Mais je crois que l’essentiel est bien là où les Français l’ont vu : pour la première fois, sur un sujet aussi important, les Européens parlent d’une seule voix et la similitude, en volume et quant aux modalités, des volets anglais, allemand et français, suffit à démontrer que l’élan communautaire s’est imposé comme une évidence que les radicaux de gauche, fédéralistes convaincus, saluent aujourd’hui.
Faudra-t-il pour autant en rester là et se contenter d’un succès d’étape dont chacun devine qu’il est à la merci de nouvelles convulsions ? Je ne le crois pas, et cela pour trois raisons.
La première raison, qui impose une réponse de court terme, tient à ce que la situation de ceux qui travaillent vraiment et qui ne jouent pas au Monopoly dans une salle dorée - je veux parler des vrais entrepreneurs et des salariés - ne s’est pas améliorée. La croissance est en panne, les prévisions pour 2009 n’augurent rien de bon et la crise de liquidités a révélé les besoins de financement de ce qu’il est désormais convenu d’appeler, dans un terrible aveu, l’« économie réelle ».
Il me semble que les énormes facilités accordées au système bancaire imposent de véritables contreparties, caractéristiques de cette économie mixte que les radicaux, là encore, ont toujours souhaitée.
Il faut, bien sûr, modifier les règles d’un jeu devenu fou, notamment sur les ratios de liquidités, la nature des risques et les échanges à terme.
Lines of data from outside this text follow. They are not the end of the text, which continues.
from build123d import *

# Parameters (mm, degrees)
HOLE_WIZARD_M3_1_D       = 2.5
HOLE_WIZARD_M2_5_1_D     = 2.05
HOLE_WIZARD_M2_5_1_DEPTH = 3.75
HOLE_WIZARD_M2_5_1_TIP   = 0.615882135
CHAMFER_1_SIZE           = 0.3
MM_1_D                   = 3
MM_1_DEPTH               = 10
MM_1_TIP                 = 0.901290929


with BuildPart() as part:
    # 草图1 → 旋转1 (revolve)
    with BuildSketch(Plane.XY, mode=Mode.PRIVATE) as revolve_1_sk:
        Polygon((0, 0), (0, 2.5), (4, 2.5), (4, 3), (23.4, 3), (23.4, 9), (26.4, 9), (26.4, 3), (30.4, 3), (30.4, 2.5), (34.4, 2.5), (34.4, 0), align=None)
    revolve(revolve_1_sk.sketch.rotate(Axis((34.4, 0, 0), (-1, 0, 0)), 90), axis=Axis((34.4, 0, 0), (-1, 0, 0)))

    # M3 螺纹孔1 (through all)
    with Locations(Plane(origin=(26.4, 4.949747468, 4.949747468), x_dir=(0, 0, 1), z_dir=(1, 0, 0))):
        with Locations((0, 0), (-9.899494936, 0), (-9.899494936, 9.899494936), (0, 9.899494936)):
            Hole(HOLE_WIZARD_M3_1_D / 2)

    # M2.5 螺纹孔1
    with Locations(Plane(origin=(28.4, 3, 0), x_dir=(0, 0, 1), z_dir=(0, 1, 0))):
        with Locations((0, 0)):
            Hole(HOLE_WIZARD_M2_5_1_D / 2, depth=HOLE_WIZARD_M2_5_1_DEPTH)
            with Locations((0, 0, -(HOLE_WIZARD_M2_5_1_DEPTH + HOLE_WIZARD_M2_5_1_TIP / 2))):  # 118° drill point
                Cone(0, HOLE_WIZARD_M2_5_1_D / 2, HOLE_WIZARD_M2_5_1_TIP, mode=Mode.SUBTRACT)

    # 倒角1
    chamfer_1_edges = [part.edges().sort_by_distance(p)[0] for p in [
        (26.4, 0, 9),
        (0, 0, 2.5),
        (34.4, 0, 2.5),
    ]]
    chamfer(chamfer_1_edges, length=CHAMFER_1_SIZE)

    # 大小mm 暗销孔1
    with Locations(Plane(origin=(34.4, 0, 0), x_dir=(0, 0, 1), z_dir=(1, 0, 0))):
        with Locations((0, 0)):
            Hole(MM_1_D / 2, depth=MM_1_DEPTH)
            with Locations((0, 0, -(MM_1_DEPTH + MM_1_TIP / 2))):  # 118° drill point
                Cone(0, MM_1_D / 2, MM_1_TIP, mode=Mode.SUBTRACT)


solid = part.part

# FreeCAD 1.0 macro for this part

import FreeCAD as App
import Part
import Sketcher
Q = App.Units.Quantity


def edges_at(feature, points):
    """Names of the edges that pass closest to the given points."""
    edges = feature.Shape.Edges
    near = lambda p: min(range(len(edges)), key=lambda i: edges[i].distToShape(Part.Vertex(*p))[0])
    return sorted({f"Edge{near(p) + 1}" for p in points})


def add_polygon(sketch, points):
    """Adds a closed chain of lines whose ends are joined by coincident constraints."""
    first, n = sketch.GeometryCount, len(points)
    for a, b in zip(points, points[1:] + points[:1]):
        sketch.addGeometry(Part.LineSegment(App.Vector(*a, 0), App.Vector(*b, 0)), False)
    for i in range(n):
        sketch.addConstraint(Sketcher.Constraint("Coincident", first + i, 2, first + (i + 1) % n, 1))

doc = App.newDocument("Part")
body = doc.addObject("PartDesign::Body", "Body")

# Sketch on XY plane
sketch1 = body.newObject("Sketcher::SketchObject", "Sketch")
sketch1.AttachmentSupport = (doc.getObject("XY_Plane"), [""])
sketch1.MapMode = "FlatFace"
add_polygon(sketch1, [(0, 2.5), (0, 0), (34.4, 0), (34.4, 2.5), (30.4, 2.5), (30.4, 3), (26.4, 3), (26.4, 9), (23.4, 9), (23.4, 3), (4, 3), (4, 2.5)])  # lines 0-11
sketch1.addConstraint([
    Sketcher.Constraint("Vertical", 0),
    Sketcher.Constraint("Horizontal", 1),
    Sketcher.Constraint("Vertical", 2),
    Sketcher.Constraint("Horizontal", 3),
    Sketcher.Constraint("Vertical", 4),
    Sketcher.Constraint("Horizontal", 5),
    Sketcher.Constraint("Vertical", 6),
    Sketcher.Constraint("Horizontal", 7),
    Sketcher.Constraint("Vertical", 8),
    Sketcher.Constraint("Horizontal", 9),
    Sketcher.Constraint("Vertical", 10),
    Sketcher.Constraint("Horizontal", 11),
    Sketcher.Constraint("Coincident", 0, 2, -1, 1),
    Sketcher.Constraint("Horizontal", 5, 2, 8, 2),
    Sketcher.Constraint("Horizontal", 3, 2, 10, 2),
    Sketcher.Constraint("Equal", 3, 5),
    Sketcher.Constraint("Equal", 5, 11),
    Sketcher.Constraint("DistanceX", 3, 2, 3, 1, Q("4 mm")),
    Sketcher.Constraint("DistanceX", 7, 2, 7, 1, Q("3 mm")),
    Sketcher.Constraint("DistanceY", 6, 1, 6, 2, Q("6 mm")),
    Sketcher.Constraint("DistanceX", 1, 1, 1, 2, Q("34.4 mm")),
    Sketcher.Constraint("DistanceY", 0, 2, 0, 1, Q("2.5 mm")),
    Sketcher.Constraint("DistanceY", 4, 1, 4, 2, Q("0.5 mm")),
])
revolution = body.newObject("PartDesign::Revolution", "Revolution")
revolution.Profile = sketch1
revolution.ReferenceAxis = (sketch1, ["H_Axis"])
revolution.Angle = 360

# Sketch on YZ plane
sketch2 = body.newObject("Sketcher::SketchObject", "Sketch001")
sketch2.AttachmentSupport = (doc.getObject("YZ_Plane"), [""])
sketch2.MapMode = "FlatFace"
sketch2.AttachmentOffset = App.Placement(App.Vector(0, 0, 26.4), App.Rotation())
sketch2.addGeometry([
    Part.Circle(App.Vector(4.9, 4.9, 0), App.Vector(0, 0, 1), 1.2),
    Part.Circle(App.Vector(4.9, -4.9, 0), App.Vector(0, 0, 1), 1.2),
    Part.Circle(App.Vector(-4.9, -4.9, 0), App.Vector(0, 0, 1), 1.2),
    Part.Circle(App.Vector(-4.9, 4.9, 0), App.Vector(0, 0, 1), 1.2),
], False)
sketch2.addConstraint([
    Sketcher.Constraint("Equal", 0, 1),
    Sketcher.Constraint("Equal", 1, 2),
    Sketcher.Constraint("Equal", 2, 3),
    Sketcher.Constraint("Symmetric", 0, 3, 2, 3, -1, 1),
    Sketcher.Constraint("Symmetric", 1, 3, 3, 3, -1, 1),
    Sketcher.Constraint("Symmetric", 1, 3, 2, 3, -2),
    Sketcher.Constraint("Diameter", 0, Q("2.5 mm")),
    Sketcher.Constraint("DistanceX", -1, 1, 0, 3, Q("4.949747 mm")),
    Sketcher.Constraint("DistanceY", -1, 1, 0, 3, Q("4.949747 mm")),
])
doc.recompute()
hole = body.newObject("PartDesign::Hole", "Hole")
hole.Profile = sketch2
hole.ThreadType = "None"
hole.Diameter = 2.5
hole.DepthType = "ThroughAll"

# Sketch on XZ plane
sketch3 = body.newObject("Sketcher::SketchObject", "Sketch002")
sketch3.AttachmentSupport = (doc.getObject("XZ_Plane"), [""])
sketch3.MapMode = "FlatFace"
sketch3.AttachmentOffset = App.Placement(App.Vector(0, 0, -3), App.Rotation())
sketch3.addGeometry(Part.Circle(App.Vector(28.4, 0, 0), App.Vector(0, 0, 1), 1), False)
sketch3.addConstraint([
    Sketcher.Constraint("PointOnObject", 0, 3, -1),
    Sketcher.Constraint("Diameter", 0, Q("2.05 mm")),
    Sketcher.Constraint("DistanceX", -1, 1, 0, 3, Q("28.4 mm")),
])
doc.recompute()
hole2 = body.newObject("PartDesign::Hole", "Hole001")
hole2.Profile = sketch3
hole2.ThreadType = "None"
hole2.Diameter = 2.05
hole2.DepthType = "Dimension"
hole2.Depth = 3.75
hole2.DrillPoint = "Angled"
hole2.DrillPointAngle = 118
hole2.Reversed = True
doc.recompute()

chamfer = body.newObject("PartDesign::Chamfer", "Chamfer")
chamfer.Base = (hole2, edges_at(hole2, [(26.4, 0, 9), (0, 0, 2.5), (34.4, 0, 2.5)]))
chamfer.Size = 0.3

# Sketch on YZ plane
sketch4 = body.newObject("Sketcher::SketchObject", "Sketch003")
sketch4.AttachmentSupport = (doc.getObject("YZ_Plane"), [""])
sketch4.MapMode = "FlatFace"
sketch4.AttachmentOffset = App.Placement(App.Vector(0, 0, 34.4), App.Rotation())
sketch4.addGeometry(Part.Circle(App.Vector(0, 0, 0), App.Vector(0, 0, 1), 1.5), False)
sketch4.addConstraint([
    Sketcher.Constraint("Coincident", 0, 3, -1, 1),
    Sketcher.Constraint("Diameter", 0, Q("3 mm")),
])
doc.recompute()
hole3 = body.newObject("PartDesign::Hole", "Hole002")
hole3.Profile = sketch4
hole3.ThreadType = "None"
hole3.Diameter = 3
hole3.DepthType = "Dimension"
hole3.Depth = 10
hole3.DrillPoint = "Angled"
hole3.DrillPointAngle = 118

doc.recompute()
Mais il faut aussi profiter de l’effet de levier produit par l’aide de l’État pour imposer aux banques de financer effectivement et dans des conditions améliorées ceux qui créent des emplois.
Je prendrai trois exemples concrets.
Tout d’abord, j’appelle de mes vœux la mise en place un vaste système de prêts bonifiés avec différé d’amortissement, au moins jusqu’en 2010, au profit des PME et PMI, gisement d’emplois, d’innovations et de capacités d’exportation.
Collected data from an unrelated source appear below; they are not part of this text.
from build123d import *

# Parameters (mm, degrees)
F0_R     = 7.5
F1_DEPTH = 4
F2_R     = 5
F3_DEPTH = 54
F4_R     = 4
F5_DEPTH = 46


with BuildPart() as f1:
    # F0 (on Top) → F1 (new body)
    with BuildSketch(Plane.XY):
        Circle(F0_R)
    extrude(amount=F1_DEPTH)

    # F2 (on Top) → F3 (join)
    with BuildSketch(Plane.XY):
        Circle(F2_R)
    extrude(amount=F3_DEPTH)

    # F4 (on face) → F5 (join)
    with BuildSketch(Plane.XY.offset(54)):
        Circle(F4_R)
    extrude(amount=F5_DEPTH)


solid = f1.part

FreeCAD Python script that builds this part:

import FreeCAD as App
import Part
import Sketcher

V = App.Vector
Q = App.Units.Quantity

doc = App.newDocument("Part")
body = doc.addObject("PartDesign::Body", "Body")

# Sketch on XY plane
sketch1 = body.newObject("Sketcher::SketchObject", "Sketch")
sketch1.AttachmentSupport = (doc.getObject("XY_Plane"), [""])
sketch1.MapMode = "FlatFace"
sketch1.addGeometry(Part.Circle(V(0, 0, 0), V(0, 0, 1), 8), False)
sketch1.addConstraint(Sketcher.Constraint("Coincident", 0, 3, -1, 1))
sketch1.addConstraint(Sketcher.Constraint("Diameter", 0, Q("15 mm")))
pad1 = body.newObject("PartDesign::Pad", "Pad")
pad1.Profile = sketch1
pad1.Length = 4

# Sketch on XY plane
sketch2 = body.newObject("Sketcher::SketchObject", "Sketch001")
sketch2.AttachmentSupport = (doc.getObject("XY_Plane"), [""])
sketch2.MapMode = "FlatFace"
sketch2.addGeometry(Part.Circle(V(0, 0, 0), V(0, 0, 1), 5), False)
sketch2.addConstraint(Sketcher.Constraint("Coincident", 0, 3, -1, 1))
sketch2.addConstraint(Sketcher.Constraint("Diameter", 0, Q("10 mm")))
pad2 = body.newObject("PartDesign::Pad", "Pad001")
pad2.Profile = sketch2
pad2.Length = 54

# Sketch on XY plane
sketch3 = body.newObject("Sketcher::SketchObject", "Sketch002")
sketch3.AttachmentSupport = (doc.getObject("XY_Plane"), [""])
sketch3.MapMode = "FlatFace"
sketch3.AttachmentOffset = App.Placement(V(0, 0, 54), App.Rotation())
sketch3.addGeometry(Part.Circle(V(0, 0, 0), V(0, 0, 1), 4), False)
sketch3.addConstraint(Sketcher.Constraint("Coincident", 0, 3, -1, 1))
sketch3.addConstraint(Sketcher.Constraint("Diameter", 0, Q("8 mm")))
pad3 = body.newObject("PartDesign::Pad", "Pad002")
pad3.Profile = sketch3
pad3.Length = 46

doc.recompute()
Ensuite, je veux aider Mme la ministre du logement à améliorer son plan d’endettement perpétuel pour en faire un véritable plan d’accession sociale à la propriété, en diminuant la durée des prêts non seulement pour le rachat des HLM, mais aussi pour la construction neuve, dans un secteur où 150 000 emplois sont en danger.
Je veux enfin - et où le dire mieux qu’au Sénat ? – sortir les collectivités d’une situation financière liée aux conditions de leur endettement, mais aussi aux effets de la récession sur les recettes de taxe professionnelle, de droits de mutation et de foncier bâti. Il faut imposer aux banques de renégocier les prêts avec des taux fixes au lieu des taux variables qui livrent nos collectivités à la spéculation.
Le deuxième motif que nous avons de prolonger l’élan interventionniste, qui a eu des effets si heureux et qui nous oblige à ne pas nous désarmer, est à rechercher dans le champ européen. Les événements de ce week-end sont la preuve éclatante que l’Union européenne a besoin d’un gouvernement économique, dont elle ne peut abandonner l’aspect monétaire à la seule BCE.
Ce gouvernement économique, pour être efficace, devra être doté d’armes telles qu’une fiscalité directe communautaire, de grands services publics européens - qu’il faudra bien cesser de démanteler par pur dogmatisme au moment même où l’on réinvente la régulation financière par les États : nous en avons un exemple frappant avec La Poste -, mais aussi telles que l’usage raisonné du déficit budgétaire - n’ayons pas peur du mot ! - qui permettrait, à rebours de la stricte orthodoxie, de financer de grands travaux d’investissement et donc de créer des emplois qui doperaient nos exportations, ce qui ne serait somme toute que la réponse du berger européen à la bergère américaine.
En signant le très strict traité de Maastricht, nous avons renoncé à cette possibilité au plan national, mais nous n’avons jamais déclaré que nous l’abandonnions pour l’avenir au niveau européen.
En 2009, nous aurons un nouveau Parlement européen et, sous réserve de la ratification finale du traité de Lisbonne, une nouvelle Commission. L’occasion est belle de poser cette question : l’Europe enfin devenue visible aux yeux de ses citoyens est-elle décidée à continuer d’exister ?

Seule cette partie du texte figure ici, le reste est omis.